We can visualize each grid's class as a map and training points' classes. Map helps us to understand which training points is classified incorrectly.

In [None]:
#visualize
cmap_light = ListedColormap(["orange","cornflowerblue"])
cmap_bold = ListedColormap(["darkorange","darkblue"])

h = 0.05 #step size in the mesh
x = x_reduced_pca
x_min, x_max = x[:,0].min() - 1, x[:,0].max() + 1
y_min, y_max = x[:,1].min() - 1, x[:,1].max() + 1
xx, yy = np.meshgrid(np.arange(x_min, x_max, h), np.arange(y_min, y_max, h))

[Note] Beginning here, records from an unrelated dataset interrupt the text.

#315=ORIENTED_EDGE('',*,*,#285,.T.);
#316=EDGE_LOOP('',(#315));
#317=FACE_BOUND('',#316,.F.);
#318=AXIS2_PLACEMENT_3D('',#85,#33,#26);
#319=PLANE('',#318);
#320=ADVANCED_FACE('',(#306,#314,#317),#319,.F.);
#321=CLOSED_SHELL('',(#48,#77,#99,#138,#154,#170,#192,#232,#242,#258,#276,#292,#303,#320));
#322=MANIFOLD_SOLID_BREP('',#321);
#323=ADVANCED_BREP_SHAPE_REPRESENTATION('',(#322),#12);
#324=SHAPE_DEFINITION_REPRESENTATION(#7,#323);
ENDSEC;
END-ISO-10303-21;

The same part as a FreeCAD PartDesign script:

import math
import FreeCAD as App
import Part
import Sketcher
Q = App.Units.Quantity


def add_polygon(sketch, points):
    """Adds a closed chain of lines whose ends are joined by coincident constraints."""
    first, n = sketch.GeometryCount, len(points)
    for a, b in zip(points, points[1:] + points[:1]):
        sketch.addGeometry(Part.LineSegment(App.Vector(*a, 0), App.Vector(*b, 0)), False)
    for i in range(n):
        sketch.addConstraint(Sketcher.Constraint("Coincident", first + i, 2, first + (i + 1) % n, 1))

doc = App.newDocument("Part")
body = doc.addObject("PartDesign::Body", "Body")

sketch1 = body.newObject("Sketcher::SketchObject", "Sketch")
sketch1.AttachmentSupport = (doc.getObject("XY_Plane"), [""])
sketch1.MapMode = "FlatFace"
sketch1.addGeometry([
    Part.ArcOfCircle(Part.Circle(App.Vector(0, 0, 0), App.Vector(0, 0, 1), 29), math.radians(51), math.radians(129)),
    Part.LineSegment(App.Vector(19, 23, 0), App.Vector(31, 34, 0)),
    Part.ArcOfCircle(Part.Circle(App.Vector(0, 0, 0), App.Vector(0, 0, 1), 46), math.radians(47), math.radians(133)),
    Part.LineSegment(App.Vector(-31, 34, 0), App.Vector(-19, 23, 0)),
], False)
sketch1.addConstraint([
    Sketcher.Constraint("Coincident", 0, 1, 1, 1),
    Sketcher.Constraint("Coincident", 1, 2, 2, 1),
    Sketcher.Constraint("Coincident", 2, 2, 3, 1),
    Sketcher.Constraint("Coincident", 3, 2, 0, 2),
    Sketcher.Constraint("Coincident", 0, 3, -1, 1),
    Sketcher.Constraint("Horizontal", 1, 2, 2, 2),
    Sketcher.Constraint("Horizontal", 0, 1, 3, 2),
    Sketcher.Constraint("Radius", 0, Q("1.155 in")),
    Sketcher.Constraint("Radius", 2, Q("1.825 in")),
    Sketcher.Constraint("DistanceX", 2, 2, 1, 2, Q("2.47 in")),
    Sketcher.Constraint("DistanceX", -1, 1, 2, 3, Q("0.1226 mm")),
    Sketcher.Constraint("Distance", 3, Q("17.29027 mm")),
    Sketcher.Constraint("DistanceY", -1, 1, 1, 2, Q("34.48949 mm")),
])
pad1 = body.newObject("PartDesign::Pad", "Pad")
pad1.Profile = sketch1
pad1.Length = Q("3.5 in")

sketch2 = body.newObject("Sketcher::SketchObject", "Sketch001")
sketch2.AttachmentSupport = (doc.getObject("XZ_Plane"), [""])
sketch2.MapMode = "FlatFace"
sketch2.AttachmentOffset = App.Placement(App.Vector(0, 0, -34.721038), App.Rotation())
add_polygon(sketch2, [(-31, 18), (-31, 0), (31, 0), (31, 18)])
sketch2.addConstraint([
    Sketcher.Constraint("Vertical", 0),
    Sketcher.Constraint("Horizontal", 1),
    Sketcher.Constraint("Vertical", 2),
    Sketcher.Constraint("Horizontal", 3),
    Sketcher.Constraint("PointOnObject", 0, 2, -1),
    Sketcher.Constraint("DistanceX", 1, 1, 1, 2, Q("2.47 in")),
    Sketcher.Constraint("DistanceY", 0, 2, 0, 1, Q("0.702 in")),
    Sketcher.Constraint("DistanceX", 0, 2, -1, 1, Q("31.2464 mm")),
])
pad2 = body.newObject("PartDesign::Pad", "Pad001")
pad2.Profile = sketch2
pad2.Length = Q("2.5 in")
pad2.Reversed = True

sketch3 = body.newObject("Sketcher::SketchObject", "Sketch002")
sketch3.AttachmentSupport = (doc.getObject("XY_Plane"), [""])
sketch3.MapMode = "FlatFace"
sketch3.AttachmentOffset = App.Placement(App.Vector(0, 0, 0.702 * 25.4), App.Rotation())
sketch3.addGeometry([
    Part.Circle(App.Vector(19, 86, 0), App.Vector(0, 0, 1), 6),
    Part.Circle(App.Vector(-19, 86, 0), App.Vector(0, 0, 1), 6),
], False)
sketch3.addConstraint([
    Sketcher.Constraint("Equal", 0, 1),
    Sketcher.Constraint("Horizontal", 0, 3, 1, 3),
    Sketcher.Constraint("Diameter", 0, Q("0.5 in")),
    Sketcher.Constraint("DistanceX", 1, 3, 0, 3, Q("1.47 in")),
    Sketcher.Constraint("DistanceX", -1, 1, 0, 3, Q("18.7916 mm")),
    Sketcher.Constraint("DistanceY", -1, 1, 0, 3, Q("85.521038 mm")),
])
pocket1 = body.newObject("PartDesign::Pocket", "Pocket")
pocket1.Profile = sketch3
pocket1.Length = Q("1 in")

z = grid_pca.predict(np.c_[xx.ravel(), yy.ravel()])

#plot results
z = z.reshape(xx.shape)
plt.figure()
plt.pcolormesh(xx, yy, z, cmap = cmap_light)

#plot training points
plt.scatter(x[:,0], x[:,1], c = y, cmap = cmap_bold, edgecolor = "k", s = 20)
plt.xlim(xx.min(), xx.max()) #axis' size
plt.ylim(yy.min(), yy.max())
plt.title("%i-Class classification (k = %i, weights '%s')" % (len(np.unique(y)), grid_pca.best_estimator_.n_neighbors, grid_pca.best_estimator_.weights))

# **NCA**

Neighborhood Components Analysis is a supervised learning algorithm and similar with KNN.

In [None]:
nca = NeighborhoodComponentsAnalysis(n_components = 2, random_state = 42)
nca.fit(x_scaled, y)
x_reduced_nca = nca.transform(x_scaled)
nca_data = pd.DataFrame(x_reduced_nca, columns = ["p1","p2"])
nca_data["target"] = y
sns.scatterplot(x = "p1", y = "p2", hue = "target", data = nca_data)
plt.title("NCA: p1 vs p2")

Train-test split

In [None]:
x_train_nca, x_test_nca, y_train_nca, y_test_nca = train_test_split(x_reduced_nca, y, test_size = 0.33, random_state = 42)

In [None]:
grid_nca = optimumKValue(x_train_nca, x_test_nca, y_train_nca, y_test_nca)

In [None]:
#visualize
cmap_light = ListedColormap(["orange","cornflowerblue"])
cmap_bold = ListedColormap(["darkorange","darkblue"])

h = 0.1 #step size in the mesh
x = x_reduced_nca
x_min, x_max = x[:,0].min() - 1, x[:,0].max() + 1
y_min, y_max = x[:,1].min() - 1, x[:,1].max() + 1
xx, yy = np.meshgrid(np.arange(x_min, x_max, h), np.arange(y_min, y_max, h))

z = grid_nca.predict(np.c_[xx.ravel(), yy.ravel()])

#plot results
z = z.reshape(xx.shape)
plt.figure(figsize=(15,10))
plt.pcolormesh(xx, yy, z, cmap = cmap_light)

#plot training points
plt.scatter(x[:,0], x[:,1], c = y, cmap = cmap_bold, edgecolor = "k", s = 20)
plt.xlim(xx.min(), xx.max()) #axis' size
plt.ylim(yy.min(), yy.max())
plt.title("%i-Class classification (k = %i, weights '%s')" % (len(np.unique(y)), grid_nca.best_estimator_.n_neighbors, grid_nca.best_estimator_.weights))

As a result; I get approximately 98% accuracy with 4 mistakes out of test 183 samples.